*What the task requires*. The response must consist of the lines below from the one with "FILE_DESCRIPTION((''),'2;1');" through the one with "#29=EDGE_CURVE('',#25,#25,#28,.T.);", exactly as they appear and with both ends kept.

*Data to examine*.
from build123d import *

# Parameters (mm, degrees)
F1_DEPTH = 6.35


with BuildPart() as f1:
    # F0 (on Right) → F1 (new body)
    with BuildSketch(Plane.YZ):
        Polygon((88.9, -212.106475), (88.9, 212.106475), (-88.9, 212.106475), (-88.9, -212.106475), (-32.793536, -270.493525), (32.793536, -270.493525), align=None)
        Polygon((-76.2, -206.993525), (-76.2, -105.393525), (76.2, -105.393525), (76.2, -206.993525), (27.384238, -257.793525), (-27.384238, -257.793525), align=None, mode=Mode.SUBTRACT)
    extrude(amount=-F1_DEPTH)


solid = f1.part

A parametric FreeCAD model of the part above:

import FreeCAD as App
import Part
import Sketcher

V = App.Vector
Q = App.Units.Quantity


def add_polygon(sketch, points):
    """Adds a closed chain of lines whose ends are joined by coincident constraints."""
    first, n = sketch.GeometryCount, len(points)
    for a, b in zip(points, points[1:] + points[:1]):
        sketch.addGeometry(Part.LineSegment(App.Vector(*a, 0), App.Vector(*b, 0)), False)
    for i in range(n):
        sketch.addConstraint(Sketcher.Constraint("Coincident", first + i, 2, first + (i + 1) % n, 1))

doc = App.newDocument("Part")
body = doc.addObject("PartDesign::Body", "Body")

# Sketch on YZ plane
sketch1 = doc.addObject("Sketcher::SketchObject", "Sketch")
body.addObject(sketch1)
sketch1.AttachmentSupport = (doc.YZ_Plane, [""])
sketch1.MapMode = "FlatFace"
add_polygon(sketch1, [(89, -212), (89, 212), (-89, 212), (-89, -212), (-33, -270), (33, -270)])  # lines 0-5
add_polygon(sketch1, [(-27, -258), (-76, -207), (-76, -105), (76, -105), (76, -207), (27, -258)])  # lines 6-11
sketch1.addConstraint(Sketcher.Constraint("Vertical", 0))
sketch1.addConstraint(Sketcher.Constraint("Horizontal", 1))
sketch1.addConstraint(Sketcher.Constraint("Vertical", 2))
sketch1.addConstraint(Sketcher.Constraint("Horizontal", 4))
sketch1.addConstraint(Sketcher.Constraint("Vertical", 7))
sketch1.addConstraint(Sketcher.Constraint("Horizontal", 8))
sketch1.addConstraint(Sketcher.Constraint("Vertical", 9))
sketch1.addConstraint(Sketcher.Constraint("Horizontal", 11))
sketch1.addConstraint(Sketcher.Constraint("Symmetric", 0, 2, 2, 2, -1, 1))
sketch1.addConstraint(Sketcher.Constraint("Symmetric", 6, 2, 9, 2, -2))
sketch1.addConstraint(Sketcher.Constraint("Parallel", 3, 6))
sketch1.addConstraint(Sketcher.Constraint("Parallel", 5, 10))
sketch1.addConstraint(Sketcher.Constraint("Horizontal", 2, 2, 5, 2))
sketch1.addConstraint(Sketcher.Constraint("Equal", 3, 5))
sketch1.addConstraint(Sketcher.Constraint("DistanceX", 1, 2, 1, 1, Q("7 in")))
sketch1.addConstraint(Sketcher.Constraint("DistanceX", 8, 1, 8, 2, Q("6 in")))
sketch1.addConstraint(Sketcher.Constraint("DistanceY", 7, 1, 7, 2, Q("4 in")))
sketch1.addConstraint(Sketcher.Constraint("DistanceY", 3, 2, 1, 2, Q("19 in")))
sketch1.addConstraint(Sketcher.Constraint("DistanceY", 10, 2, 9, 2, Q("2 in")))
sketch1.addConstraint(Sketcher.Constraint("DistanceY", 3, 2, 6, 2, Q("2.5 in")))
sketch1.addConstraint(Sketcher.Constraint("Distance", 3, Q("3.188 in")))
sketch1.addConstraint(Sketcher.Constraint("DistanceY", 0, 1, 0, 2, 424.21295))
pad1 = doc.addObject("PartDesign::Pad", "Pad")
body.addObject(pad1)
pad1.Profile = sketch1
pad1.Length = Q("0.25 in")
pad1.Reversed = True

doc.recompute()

...

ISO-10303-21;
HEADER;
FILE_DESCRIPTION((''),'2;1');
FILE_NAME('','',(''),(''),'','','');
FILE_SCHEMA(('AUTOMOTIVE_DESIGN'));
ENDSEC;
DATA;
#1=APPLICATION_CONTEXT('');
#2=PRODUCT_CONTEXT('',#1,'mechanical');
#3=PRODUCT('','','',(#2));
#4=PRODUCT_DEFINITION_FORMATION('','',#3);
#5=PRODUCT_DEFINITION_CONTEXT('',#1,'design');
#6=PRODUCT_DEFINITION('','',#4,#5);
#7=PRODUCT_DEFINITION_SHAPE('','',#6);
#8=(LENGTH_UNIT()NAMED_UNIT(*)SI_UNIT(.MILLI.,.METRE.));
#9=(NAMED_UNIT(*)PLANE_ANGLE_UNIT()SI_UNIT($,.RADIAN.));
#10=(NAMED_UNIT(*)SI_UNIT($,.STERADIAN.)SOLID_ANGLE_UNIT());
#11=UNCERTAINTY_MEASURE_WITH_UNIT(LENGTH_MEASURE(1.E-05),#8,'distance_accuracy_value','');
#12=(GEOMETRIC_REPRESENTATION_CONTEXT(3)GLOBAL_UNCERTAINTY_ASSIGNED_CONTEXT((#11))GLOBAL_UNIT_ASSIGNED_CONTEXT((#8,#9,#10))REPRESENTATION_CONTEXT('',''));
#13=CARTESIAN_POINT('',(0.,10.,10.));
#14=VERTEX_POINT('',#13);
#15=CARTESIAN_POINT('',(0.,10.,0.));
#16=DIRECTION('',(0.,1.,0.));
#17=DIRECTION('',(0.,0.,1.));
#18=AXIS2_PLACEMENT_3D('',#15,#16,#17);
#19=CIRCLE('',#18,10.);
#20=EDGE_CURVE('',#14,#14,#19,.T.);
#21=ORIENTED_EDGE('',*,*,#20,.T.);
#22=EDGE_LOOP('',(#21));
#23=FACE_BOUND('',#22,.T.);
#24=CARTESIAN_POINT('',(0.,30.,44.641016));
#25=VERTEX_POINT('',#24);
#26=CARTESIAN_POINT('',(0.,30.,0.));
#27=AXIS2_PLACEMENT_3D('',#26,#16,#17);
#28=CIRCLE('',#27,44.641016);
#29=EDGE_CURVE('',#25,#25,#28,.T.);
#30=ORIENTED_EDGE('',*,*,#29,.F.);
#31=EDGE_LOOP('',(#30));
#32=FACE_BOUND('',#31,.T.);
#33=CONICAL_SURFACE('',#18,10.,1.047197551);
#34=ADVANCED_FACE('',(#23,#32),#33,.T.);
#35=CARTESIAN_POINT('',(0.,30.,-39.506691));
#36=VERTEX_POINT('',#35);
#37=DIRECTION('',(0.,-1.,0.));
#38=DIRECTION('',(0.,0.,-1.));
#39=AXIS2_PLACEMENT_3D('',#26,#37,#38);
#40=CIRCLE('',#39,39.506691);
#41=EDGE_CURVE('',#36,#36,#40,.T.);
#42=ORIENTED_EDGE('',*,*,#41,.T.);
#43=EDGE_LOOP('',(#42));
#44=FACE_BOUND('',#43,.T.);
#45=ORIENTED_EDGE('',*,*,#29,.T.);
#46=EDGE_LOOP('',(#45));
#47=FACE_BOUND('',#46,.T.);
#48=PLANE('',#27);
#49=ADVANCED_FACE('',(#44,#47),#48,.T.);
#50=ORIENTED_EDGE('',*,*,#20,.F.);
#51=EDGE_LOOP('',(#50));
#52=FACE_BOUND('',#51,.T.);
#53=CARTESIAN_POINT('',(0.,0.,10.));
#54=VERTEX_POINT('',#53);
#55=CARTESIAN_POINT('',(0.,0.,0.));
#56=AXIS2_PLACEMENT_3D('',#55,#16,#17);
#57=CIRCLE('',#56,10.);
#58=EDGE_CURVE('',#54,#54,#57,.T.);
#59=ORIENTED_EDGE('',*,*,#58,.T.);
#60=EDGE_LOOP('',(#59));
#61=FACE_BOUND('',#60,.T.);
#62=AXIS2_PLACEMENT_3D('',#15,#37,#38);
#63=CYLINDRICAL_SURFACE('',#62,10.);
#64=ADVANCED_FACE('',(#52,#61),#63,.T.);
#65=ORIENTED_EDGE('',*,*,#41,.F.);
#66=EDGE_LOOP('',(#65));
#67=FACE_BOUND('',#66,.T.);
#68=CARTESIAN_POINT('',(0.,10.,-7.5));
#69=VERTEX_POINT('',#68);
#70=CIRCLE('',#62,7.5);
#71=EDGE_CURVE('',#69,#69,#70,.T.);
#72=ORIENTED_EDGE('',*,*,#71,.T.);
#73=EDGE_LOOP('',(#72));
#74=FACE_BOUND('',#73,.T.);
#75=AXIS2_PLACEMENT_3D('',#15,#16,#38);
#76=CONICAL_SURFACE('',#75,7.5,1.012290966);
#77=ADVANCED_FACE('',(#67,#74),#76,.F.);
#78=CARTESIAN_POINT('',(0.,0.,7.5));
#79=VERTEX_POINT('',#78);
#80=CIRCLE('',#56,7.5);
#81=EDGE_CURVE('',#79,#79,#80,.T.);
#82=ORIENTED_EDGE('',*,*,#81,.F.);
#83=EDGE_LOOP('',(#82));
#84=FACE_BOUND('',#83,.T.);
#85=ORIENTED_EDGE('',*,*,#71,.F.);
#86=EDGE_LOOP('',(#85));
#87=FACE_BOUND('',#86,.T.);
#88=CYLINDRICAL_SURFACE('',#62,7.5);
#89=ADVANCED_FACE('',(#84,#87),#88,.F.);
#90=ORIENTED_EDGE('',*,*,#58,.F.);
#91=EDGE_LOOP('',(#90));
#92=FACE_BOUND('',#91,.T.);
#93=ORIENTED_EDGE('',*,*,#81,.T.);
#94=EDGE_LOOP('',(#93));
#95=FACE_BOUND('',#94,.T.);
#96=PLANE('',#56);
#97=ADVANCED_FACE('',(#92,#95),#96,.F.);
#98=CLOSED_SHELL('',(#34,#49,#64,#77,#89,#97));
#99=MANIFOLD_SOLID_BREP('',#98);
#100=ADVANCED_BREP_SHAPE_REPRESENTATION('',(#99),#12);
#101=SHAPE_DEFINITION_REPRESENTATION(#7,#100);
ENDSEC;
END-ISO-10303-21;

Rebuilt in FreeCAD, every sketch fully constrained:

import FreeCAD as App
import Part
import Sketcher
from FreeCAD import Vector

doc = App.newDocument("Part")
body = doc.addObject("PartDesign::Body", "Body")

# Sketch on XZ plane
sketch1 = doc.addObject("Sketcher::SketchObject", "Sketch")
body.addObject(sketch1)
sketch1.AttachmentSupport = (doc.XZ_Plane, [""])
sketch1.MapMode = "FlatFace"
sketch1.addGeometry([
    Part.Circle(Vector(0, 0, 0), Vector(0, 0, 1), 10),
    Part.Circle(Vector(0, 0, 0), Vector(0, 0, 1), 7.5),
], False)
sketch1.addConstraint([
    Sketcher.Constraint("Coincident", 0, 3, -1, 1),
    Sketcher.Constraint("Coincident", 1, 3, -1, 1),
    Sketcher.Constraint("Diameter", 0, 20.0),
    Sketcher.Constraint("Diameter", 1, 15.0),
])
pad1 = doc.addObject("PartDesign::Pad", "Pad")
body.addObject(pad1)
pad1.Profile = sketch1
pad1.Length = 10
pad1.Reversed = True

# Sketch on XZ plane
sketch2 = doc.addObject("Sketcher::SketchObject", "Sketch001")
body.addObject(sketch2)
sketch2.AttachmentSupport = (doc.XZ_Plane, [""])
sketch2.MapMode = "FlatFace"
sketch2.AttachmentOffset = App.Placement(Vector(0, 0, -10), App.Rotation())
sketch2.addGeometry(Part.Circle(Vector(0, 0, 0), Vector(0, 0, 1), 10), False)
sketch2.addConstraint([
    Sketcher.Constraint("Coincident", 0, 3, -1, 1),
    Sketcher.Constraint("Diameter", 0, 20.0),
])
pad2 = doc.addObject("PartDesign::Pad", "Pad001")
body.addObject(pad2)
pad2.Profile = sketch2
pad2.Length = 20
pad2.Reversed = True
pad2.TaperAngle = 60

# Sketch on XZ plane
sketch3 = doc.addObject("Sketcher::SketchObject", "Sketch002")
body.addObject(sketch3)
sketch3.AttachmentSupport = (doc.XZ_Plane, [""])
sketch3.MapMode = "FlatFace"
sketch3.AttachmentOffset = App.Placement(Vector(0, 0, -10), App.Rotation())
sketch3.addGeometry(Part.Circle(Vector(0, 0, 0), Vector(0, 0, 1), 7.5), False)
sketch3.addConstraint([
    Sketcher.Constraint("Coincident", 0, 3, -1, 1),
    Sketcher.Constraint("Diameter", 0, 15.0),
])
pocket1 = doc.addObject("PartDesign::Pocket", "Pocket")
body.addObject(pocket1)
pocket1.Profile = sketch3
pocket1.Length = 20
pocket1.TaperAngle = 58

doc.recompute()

*Exercise solution*.
FILE_DESCRIPTION((''),'2;1');
FILE_NAME('','',(''),(''),'','','');
FILE_SCHEMA(('AUTOMOTIVE_DESIGN'));
ENDSEC;
DATA;
#1=APPLICATION_CONTEXT('');
#2=PRODUCT_CONTEXT('',#1,'mechanical');
#3=PRODUCT('','','',(#2));
#4=PRODUCT_DEFINITION_FORMATION('','',#3);
#5=PRODUCT_DEFINITION_CONTEXT('',#1,'design');
#6=PRODUCT_DEFINITION('','',#4,#5);
#7=PRODUCT_DEFINITION_SHAPE('','',#6);
#8=(LENGTH_UNIT()NAMED_UNIT(*)SI_UNIT(.MILLI.,.METRE.));
#9=(NAMED_UNIT(*)PLANE_ANGLE_UNIT()SI_UNIT($,.RADIAN.));
#10=(NAMED_UNIT(*)SI_UNIT($,.STERADIAN.)SOLID_ANGLE_UNIT());
#11=UNCERTAINTY_MEASURE_WITH_UNIT(LENGTH_MEASURE(1.E-05),#8,'distance_accuracy_value','');
#12=(GEOMETRIC_REPRESENTATION_CONTEXT(3)GLOBAL_UNCERTAINTY_ASSIGNED_CONTEXT((#11))GLOBAL_UNIT_ASSIGNED_CONTEXT((#8,#9,#10))REPRESENTATION_CONTEXT('',''));
#13=CARTESIAN_POINT('',(0.,10.,10.));
#14=VERTEX_POINT('',#13);
#15=CARTESIAN_POINT('',(0.,10.,0.));
#16=DIRECTION('',(0.,1.,0.));
#17=DIRECTION('',(0.,0.,1.));
#18=AXIS2_PLACEMENT_3D('',#15,#16,#17);
#19=CIRCLE('',#18,10.);
#20=EDGE_CURVE('',#14,#14,#19,.T.);
#21=ORIENTED_EDGE('',*,*,#20,.T.);
#22=EDGE_LOOP('',(#21));
#23=FACE_BOUND('',#22,.T.);
#24=CARTESIAN_POINT('',(0.,30.,44.641016));
#25=VERTEX_POINT('',#24);
#26=CARTESIAN_POINT('',(0.,30.,0.));
#27=AXIS2_PLACEMENT_3D('',#26,#16,#17);
#28=CIRCLE('',#27,44.641016);
#29=EDGE_CURVE('',#25,#25,#28,.T.);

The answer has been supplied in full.